**Your instructions:**
In the data below, find the line containing "v -5.1159 1.75 0.7412", then set down that line and every later line up to and including the line containing "v 2.2736 1.75 4.875", exactly.

**Extracted material:**
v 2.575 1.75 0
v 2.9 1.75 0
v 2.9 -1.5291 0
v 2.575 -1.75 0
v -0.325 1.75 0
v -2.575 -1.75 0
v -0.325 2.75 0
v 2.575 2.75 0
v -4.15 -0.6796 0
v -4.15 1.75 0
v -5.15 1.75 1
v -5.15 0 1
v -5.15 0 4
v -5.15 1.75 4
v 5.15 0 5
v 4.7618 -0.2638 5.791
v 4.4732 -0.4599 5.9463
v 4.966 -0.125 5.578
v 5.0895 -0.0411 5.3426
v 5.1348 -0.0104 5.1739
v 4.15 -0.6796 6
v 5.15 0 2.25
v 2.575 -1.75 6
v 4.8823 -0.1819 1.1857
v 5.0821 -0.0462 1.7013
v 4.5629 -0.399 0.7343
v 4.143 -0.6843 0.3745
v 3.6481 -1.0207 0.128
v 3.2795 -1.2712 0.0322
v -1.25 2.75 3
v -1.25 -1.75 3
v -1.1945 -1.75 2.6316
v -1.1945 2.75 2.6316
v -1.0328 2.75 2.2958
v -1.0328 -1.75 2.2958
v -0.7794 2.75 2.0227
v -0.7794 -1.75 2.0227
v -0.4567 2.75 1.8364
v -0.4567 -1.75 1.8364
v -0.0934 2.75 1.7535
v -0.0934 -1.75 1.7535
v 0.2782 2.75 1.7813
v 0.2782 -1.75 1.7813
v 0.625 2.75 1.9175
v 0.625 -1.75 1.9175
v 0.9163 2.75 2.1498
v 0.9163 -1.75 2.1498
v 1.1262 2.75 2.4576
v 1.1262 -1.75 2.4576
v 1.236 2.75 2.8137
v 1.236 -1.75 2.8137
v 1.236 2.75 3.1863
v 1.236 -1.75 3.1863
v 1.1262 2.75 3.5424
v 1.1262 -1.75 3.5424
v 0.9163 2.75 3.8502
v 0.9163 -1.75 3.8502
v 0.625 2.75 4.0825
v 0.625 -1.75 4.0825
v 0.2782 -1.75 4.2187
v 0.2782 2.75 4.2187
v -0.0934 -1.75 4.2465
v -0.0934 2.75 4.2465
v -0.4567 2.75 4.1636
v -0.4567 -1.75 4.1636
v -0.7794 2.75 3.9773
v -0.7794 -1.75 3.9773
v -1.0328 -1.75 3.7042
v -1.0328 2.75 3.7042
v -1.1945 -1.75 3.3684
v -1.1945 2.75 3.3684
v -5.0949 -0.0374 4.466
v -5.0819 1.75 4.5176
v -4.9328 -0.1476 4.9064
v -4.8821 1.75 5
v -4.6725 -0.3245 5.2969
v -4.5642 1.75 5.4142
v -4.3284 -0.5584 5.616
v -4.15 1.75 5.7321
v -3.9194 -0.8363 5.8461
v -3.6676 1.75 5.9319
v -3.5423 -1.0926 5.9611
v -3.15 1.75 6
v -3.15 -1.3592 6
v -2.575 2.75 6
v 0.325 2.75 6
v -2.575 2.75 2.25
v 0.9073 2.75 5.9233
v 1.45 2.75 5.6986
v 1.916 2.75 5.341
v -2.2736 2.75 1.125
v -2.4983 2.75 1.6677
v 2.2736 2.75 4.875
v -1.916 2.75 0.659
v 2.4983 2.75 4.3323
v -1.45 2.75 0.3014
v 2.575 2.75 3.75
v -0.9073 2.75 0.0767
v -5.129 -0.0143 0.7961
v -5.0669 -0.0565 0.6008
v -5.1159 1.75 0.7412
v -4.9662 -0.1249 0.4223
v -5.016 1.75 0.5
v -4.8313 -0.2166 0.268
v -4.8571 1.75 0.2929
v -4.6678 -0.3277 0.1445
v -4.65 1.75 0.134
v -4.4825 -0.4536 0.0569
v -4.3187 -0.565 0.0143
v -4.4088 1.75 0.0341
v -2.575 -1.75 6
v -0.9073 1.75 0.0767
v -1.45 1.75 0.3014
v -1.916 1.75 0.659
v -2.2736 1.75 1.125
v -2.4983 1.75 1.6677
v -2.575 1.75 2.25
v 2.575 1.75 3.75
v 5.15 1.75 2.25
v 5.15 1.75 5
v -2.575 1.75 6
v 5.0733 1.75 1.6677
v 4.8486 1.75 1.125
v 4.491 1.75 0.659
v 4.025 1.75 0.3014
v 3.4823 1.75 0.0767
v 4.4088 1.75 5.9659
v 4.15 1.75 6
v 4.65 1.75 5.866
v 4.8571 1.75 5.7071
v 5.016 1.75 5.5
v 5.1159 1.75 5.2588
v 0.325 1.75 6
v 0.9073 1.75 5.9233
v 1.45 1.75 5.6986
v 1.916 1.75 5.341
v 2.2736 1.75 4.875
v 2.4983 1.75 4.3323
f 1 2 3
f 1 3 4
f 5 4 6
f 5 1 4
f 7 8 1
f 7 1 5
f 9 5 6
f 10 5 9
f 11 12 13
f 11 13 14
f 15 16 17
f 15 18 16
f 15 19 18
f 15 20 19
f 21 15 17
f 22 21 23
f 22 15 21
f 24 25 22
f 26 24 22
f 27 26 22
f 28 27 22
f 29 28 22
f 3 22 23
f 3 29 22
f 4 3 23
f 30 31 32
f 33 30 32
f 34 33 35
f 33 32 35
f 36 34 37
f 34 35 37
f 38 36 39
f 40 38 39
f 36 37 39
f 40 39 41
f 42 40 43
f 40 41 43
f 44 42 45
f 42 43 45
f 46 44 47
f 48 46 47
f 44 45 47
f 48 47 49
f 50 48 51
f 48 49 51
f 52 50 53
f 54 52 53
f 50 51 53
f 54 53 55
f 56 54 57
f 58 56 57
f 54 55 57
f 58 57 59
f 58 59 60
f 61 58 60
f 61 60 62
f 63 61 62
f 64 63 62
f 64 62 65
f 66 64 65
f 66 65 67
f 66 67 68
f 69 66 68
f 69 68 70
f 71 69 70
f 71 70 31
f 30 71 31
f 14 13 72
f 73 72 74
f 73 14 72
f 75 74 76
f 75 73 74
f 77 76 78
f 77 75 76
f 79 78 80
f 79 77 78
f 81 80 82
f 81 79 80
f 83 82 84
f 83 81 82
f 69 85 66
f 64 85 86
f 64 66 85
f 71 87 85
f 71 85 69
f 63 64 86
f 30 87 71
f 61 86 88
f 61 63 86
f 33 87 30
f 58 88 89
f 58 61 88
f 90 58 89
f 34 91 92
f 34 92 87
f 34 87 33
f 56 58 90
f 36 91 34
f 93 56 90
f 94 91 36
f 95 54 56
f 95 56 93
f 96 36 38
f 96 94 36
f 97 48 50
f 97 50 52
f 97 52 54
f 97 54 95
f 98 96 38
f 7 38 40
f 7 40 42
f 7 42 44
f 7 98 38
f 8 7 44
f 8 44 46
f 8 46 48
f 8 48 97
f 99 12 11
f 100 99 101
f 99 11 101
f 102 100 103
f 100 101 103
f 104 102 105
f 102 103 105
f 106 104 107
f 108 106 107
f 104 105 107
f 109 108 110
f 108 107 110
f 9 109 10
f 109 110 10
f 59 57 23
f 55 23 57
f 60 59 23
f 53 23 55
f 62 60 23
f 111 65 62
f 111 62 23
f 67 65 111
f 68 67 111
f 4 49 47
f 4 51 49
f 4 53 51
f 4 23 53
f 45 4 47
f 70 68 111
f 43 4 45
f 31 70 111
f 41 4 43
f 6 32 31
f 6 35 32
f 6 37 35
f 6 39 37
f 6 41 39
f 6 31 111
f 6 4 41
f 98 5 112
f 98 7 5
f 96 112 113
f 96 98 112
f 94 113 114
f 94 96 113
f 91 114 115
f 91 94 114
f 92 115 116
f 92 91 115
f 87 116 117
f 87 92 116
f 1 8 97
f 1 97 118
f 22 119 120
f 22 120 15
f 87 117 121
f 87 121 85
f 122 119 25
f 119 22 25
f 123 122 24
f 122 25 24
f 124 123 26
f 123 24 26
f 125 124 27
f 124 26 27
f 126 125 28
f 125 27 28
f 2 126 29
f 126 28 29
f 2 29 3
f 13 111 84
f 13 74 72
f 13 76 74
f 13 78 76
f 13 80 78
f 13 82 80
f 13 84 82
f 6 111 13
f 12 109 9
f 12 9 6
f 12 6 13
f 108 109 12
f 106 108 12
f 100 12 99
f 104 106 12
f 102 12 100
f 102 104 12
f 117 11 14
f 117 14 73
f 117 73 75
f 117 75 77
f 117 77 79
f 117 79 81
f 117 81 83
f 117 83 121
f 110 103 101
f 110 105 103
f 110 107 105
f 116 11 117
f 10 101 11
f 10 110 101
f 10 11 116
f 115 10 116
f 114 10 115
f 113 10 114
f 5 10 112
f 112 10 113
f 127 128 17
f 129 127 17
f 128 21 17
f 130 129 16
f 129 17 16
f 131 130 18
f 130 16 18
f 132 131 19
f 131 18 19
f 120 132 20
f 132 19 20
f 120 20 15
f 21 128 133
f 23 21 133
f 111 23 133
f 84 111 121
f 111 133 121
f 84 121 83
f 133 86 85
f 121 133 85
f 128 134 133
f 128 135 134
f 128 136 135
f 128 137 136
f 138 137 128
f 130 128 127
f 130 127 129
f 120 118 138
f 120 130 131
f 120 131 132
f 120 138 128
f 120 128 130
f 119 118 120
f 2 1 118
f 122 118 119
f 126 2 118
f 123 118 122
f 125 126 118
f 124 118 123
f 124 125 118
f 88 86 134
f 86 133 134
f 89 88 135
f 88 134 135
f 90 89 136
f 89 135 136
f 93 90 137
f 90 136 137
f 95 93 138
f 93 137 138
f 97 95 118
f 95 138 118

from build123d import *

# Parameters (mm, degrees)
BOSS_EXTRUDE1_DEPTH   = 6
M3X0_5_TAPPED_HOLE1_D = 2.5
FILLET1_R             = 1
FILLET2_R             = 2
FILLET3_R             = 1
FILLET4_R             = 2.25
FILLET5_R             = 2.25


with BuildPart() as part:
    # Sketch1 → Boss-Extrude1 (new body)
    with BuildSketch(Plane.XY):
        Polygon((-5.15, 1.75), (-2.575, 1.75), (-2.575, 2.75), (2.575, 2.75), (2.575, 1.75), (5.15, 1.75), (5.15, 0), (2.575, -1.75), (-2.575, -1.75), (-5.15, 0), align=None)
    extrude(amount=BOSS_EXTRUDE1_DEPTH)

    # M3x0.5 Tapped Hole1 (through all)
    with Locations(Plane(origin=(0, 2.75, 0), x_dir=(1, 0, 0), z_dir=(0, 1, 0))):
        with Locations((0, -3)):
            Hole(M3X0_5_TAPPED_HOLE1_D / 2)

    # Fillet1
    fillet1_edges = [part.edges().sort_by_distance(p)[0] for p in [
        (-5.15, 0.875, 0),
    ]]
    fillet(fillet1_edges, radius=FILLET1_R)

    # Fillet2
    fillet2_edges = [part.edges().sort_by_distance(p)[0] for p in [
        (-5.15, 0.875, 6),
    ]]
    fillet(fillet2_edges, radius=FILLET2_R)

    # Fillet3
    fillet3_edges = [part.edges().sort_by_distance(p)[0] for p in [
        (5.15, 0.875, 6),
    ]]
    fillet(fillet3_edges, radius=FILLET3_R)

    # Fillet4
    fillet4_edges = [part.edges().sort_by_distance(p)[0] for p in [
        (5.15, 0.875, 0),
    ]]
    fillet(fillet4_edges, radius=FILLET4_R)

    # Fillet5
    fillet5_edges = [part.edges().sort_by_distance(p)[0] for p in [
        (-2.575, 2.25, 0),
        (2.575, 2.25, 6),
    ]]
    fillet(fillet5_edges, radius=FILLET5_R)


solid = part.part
---
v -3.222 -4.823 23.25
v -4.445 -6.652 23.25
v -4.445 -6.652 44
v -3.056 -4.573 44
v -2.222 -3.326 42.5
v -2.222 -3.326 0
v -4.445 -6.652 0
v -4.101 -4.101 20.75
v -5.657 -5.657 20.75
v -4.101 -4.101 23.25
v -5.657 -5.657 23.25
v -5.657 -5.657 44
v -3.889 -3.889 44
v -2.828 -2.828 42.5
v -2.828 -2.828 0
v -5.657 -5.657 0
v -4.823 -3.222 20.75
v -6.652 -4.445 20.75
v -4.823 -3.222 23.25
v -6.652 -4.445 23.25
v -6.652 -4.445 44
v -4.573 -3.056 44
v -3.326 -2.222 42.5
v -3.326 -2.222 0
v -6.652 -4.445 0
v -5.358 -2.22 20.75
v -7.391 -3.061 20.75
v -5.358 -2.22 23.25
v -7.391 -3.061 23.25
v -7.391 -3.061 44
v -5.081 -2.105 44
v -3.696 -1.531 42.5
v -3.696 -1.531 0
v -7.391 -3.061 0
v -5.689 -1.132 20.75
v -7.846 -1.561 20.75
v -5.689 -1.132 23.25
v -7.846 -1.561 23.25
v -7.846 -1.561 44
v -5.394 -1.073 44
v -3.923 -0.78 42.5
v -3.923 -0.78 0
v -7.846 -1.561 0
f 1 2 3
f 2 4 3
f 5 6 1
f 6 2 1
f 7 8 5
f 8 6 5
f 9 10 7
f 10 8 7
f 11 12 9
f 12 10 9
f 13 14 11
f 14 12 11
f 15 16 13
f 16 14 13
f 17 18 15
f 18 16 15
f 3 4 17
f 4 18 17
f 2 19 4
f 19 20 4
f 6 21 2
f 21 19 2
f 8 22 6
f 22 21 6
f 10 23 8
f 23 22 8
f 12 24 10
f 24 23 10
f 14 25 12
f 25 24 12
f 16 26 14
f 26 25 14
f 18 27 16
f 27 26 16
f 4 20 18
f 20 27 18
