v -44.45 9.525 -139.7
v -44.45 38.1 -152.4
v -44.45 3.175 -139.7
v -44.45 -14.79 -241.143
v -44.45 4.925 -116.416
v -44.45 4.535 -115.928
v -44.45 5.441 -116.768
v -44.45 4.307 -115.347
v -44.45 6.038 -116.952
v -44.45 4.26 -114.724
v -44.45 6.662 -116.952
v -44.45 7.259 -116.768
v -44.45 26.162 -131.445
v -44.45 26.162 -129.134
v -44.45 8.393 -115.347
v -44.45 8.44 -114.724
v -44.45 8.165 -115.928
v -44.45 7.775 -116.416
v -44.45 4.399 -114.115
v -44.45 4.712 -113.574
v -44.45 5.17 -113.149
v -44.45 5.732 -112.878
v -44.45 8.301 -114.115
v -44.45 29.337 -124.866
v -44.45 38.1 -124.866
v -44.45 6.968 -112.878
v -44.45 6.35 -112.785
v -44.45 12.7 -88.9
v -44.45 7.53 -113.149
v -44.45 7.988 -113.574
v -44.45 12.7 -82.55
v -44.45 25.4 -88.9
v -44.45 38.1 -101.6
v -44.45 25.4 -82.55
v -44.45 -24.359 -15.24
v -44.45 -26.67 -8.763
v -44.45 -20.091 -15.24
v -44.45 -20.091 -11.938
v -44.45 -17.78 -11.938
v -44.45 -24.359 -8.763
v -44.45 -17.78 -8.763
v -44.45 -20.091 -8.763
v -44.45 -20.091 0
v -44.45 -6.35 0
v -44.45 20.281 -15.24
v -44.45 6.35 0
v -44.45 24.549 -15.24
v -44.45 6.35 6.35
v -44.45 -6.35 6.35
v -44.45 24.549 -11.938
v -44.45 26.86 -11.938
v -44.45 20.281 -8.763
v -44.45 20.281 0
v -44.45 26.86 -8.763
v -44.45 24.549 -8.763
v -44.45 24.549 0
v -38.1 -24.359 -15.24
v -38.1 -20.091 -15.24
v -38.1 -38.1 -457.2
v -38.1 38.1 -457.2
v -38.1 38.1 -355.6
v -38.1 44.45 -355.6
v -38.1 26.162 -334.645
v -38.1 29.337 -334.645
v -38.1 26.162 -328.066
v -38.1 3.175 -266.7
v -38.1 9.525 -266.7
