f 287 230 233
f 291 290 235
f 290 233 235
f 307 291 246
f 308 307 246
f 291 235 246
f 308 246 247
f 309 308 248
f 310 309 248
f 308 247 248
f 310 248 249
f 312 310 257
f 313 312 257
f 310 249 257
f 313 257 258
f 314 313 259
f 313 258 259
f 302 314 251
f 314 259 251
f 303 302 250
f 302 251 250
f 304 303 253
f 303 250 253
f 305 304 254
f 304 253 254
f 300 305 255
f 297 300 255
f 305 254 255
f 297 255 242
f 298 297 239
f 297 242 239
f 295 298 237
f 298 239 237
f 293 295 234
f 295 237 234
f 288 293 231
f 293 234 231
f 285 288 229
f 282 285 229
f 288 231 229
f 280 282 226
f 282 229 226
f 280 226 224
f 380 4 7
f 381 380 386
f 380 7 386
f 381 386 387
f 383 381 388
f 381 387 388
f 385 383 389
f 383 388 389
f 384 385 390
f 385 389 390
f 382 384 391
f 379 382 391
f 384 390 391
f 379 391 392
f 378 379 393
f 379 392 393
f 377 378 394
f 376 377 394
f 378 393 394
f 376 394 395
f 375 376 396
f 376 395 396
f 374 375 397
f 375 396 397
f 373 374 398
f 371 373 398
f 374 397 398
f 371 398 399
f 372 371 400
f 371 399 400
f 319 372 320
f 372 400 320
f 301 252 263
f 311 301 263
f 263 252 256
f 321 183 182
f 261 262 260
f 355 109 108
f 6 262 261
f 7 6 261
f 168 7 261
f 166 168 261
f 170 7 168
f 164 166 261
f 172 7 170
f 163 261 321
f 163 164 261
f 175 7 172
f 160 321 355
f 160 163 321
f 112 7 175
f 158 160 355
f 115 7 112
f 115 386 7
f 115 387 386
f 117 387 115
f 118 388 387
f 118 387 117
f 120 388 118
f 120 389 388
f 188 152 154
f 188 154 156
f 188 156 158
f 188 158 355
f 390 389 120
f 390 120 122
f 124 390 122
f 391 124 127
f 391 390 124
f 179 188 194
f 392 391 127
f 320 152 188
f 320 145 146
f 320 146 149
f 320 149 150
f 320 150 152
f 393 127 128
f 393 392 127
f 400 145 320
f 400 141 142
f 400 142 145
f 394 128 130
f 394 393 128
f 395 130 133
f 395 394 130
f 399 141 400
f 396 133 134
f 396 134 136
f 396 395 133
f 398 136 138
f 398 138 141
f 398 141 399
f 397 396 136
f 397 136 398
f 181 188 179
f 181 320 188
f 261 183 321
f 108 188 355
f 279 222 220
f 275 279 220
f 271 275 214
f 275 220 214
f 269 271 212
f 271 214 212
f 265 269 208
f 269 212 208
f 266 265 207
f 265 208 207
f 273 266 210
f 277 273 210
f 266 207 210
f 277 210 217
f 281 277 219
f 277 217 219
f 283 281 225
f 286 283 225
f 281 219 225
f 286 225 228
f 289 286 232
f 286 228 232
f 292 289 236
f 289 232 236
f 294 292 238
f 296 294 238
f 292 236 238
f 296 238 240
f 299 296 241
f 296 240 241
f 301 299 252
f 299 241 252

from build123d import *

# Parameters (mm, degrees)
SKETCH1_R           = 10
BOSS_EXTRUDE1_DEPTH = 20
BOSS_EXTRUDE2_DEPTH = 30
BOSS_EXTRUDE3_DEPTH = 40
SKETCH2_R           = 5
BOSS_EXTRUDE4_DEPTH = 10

**Solution below:**
v -5.1159 1.75 0.7412
v -4.9662 -0.1249 0.4223
v -5.016 1.75 0.5
v -4.8313 -0.2166 0.268
v -4.8571 1.75 0.2929
v -4.6678 -0.3277 0.1445
v -4.65 1.75 0.134
v -4.4825 -0.4536 0.0569
v -4.3187 -0.565 0.0143
v -4.4088 1.75 0.0341
v -2.575 -1.75 6
v -0.9073 1.75 0.0767
v -1.45 1.75 0.3014
v -1.916 1.75 0.659
v -2.2736 1.75 1.125
v -2.4983 1.75 1.6677
v -2.575 1.75 2.25
v 2.575 1.75 3.75
v 5.15 1.75 2.25
v 5.15 1.75 5
v -2.575 1.75 6
v 5.0733 1.75 1.6677
v 4.8486 1.75 1.125
v 4.491 1.75 0.659
v 4.025 1.75 0.3014
v 3.4823 1.75 0.0767
v 4.4088 1.75 5.9659
v 4.15 1.75 6
v 4.65 1.75 5.866
v 4.8571 1.75 5.7071
v 5.016 1.75 5.5
v 5.1159 1.75 5.2588
v 0.325 1.75 6
v 0.9073 1.75 5.9233
v 1.45 1.75 5.6986
v 1.916 1.75 5.341
v 2.2736 1.75 4.875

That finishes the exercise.